Bernd Debusmann is a Reuters columnist. The opinions expressed are his own.

For decades, American foreign policy on Latin America has gone through cycles of neglect and concern. It’s in a cycle of concern again, prompted by an Iranian campaign to make friends and influence people in the American backyard. Washington’s message to Iran’s Latin friends – don’t get too close – does not appear to impress them.

U.S. Secretary of State Hillary Clinton, in unusually strong language, sounded the first warning on December 11: “I think if people want to flirt with Iran, they should take a look at what the consequences might well be for them. And we hope that they will think twice.”

President Barack Obama followed up eight days later with a message focused on Venezuela, Iran beachhead in Latin America. Ties with Iran had not served the interests of Venezuela and its people, he said in an interview with a Venezuelan newspaper. “Sooner or later, Venezuela’s people will have to decide what possible advantage there is in having relations with a country that violates fundamental human rights and is isolated from most of the world.”

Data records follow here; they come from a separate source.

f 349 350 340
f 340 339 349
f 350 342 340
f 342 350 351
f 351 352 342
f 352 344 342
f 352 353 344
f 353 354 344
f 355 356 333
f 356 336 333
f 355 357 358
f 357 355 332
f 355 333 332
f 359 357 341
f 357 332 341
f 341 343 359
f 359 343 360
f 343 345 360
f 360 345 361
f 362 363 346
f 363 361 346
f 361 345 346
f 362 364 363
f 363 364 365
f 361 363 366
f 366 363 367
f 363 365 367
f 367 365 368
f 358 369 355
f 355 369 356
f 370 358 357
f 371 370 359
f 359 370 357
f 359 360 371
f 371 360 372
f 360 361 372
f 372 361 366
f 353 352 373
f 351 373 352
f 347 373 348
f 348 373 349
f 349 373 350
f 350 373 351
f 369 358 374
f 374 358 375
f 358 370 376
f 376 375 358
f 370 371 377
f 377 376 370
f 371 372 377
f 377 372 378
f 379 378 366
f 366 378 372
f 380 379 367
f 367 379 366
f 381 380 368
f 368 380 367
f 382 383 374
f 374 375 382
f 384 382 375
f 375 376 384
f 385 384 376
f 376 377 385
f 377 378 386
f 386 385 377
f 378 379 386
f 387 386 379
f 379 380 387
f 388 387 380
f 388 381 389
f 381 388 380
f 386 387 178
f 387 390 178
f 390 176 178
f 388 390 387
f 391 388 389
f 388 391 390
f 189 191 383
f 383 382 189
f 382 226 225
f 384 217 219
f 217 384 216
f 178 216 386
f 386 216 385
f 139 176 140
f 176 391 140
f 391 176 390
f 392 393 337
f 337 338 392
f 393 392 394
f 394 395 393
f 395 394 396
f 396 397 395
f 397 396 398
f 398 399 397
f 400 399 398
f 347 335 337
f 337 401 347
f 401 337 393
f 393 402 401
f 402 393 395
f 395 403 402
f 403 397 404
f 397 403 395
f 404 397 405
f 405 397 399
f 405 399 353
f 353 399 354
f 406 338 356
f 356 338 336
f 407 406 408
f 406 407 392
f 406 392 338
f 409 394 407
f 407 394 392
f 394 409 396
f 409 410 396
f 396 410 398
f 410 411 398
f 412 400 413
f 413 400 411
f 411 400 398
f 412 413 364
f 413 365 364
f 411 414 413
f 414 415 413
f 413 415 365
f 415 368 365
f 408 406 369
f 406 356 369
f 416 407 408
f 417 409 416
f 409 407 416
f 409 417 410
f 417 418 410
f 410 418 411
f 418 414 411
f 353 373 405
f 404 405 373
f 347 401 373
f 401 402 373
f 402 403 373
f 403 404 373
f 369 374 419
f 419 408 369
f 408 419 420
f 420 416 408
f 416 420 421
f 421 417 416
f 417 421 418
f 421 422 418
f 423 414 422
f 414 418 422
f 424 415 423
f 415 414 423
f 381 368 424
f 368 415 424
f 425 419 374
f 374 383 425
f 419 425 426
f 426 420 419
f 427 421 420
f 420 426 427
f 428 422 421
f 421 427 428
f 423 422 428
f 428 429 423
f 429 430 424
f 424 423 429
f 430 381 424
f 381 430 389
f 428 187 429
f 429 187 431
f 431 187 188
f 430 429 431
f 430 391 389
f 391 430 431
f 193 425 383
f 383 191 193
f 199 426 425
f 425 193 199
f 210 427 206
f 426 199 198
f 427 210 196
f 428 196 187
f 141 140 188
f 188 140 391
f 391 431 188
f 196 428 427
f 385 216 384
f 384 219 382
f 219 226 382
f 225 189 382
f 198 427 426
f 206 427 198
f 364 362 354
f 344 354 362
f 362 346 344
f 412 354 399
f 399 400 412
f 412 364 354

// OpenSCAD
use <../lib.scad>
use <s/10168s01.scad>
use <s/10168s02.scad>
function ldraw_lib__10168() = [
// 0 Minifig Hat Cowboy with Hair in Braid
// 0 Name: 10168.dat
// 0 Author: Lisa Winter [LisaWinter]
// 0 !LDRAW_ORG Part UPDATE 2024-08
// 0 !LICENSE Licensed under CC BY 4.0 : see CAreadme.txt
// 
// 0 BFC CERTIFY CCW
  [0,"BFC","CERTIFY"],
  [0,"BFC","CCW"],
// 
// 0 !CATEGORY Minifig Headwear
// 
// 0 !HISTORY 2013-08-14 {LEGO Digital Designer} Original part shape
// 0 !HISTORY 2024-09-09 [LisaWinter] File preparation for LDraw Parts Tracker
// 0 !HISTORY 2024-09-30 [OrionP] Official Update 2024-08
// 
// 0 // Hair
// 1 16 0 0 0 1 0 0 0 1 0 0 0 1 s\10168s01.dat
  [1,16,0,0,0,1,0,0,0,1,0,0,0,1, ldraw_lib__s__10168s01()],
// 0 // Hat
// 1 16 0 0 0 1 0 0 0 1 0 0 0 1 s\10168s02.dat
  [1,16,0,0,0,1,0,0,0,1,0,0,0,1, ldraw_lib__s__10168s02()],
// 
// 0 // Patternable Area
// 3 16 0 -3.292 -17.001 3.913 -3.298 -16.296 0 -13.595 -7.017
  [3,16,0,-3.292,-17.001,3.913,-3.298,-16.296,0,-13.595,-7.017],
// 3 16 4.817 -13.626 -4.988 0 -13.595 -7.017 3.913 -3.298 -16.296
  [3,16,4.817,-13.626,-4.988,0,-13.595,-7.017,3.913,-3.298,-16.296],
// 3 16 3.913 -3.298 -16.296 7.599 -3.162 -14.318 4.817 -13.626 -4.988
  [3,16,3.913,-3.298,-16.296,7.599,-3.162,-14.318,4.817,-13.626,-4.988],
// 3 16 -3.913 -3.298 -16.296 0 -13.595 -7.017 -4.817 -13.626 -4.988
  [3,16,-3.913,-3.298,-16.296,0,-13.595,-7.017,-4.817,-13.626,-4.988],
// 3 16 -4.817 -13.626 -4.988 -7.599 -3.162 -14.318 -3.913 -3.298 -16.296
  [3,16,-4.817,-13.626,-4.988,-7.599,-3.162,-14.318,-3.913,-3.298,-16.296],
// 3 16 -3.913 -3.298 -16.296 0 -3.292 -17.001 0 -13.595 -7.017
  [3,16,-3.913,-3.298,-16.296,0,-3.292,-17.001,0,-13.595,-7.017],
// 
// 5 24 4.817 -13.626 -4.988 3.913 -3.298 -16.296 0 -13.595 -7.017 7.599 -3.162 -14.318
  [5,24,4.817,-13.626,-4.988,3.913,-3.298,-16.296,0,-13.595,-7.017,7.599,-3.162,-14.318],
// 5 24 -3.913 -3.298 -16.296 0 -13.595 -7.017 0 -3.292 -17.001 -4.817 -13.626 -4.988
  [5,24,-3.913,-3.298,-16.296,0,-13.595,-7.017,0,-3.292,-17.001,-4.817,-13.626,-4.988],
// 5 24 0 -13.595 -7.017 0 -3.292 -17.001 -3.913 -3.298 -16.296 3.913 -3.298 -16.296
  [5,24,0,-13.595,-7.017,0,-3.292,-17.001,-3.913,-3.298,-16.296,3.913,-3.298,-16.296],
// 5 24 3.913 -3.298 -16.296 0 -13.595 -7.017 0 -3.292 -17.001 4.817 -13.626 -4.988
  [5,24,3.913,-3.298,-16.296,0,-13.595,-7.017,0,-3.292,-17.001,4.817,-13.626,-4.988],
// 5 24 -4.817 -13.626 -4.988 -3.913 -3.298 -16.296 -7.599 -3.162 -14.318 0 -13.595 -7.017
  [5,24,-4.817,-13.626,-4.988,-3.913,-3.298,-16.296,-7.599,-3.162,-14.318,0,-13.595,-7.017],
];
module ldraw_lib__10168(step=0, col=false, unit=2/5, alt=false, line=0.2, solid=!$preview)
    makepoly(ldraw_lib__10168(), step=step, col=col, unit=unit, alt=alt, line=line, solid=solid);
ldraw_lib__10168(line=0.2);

Since those warnings, Iran’s Latin American friends have made clear that they are not thinking twice, as Mrs. Clinton suggested. Instead, the leaders of Venezuela, Cuba, Nicaragua, and Ecuador are preparing to play host to President Mahmoud Ahmadinejad in the second week of 2012. In another move to poke the “great Satan”, Iran’s label for the United States, in the eye in its own backyard, Iran launched a Spanish-language satellite TV channel, HispanTV, to break the dominance of international broadcasters that are “muzzled by imperialism, hiding the truth and twisting the facts.” So said Iranian Radio and TV executive Mohamed Sarafraz when he launched the new channel on December 21.

There is more than a little irony in that assertion, given that state-run Iranian media are no strangers to hiding the truth and twisting the facts, not to mention that the government imprisons journalists, jams foreign broadcasts, and engages in Internet censorship. The new Iranian channel aims beyond the countries run by anti-American leaders and is meant to convince Latin Americans of “the ideological legitimacy of our (Iranian) system to the world, ” in the words of Ezzatollah Zarghami, head of Iran’s state radio and TV. That’s easier said than done. Latin Americans dissatisfied with news and information from their own countries can turn to the Internet and to international networks already broadcasting to the region in Spanish — Britain’s BBC, TVE of Spain, Germany’s Deutsche Welle, Voice of America and CNN.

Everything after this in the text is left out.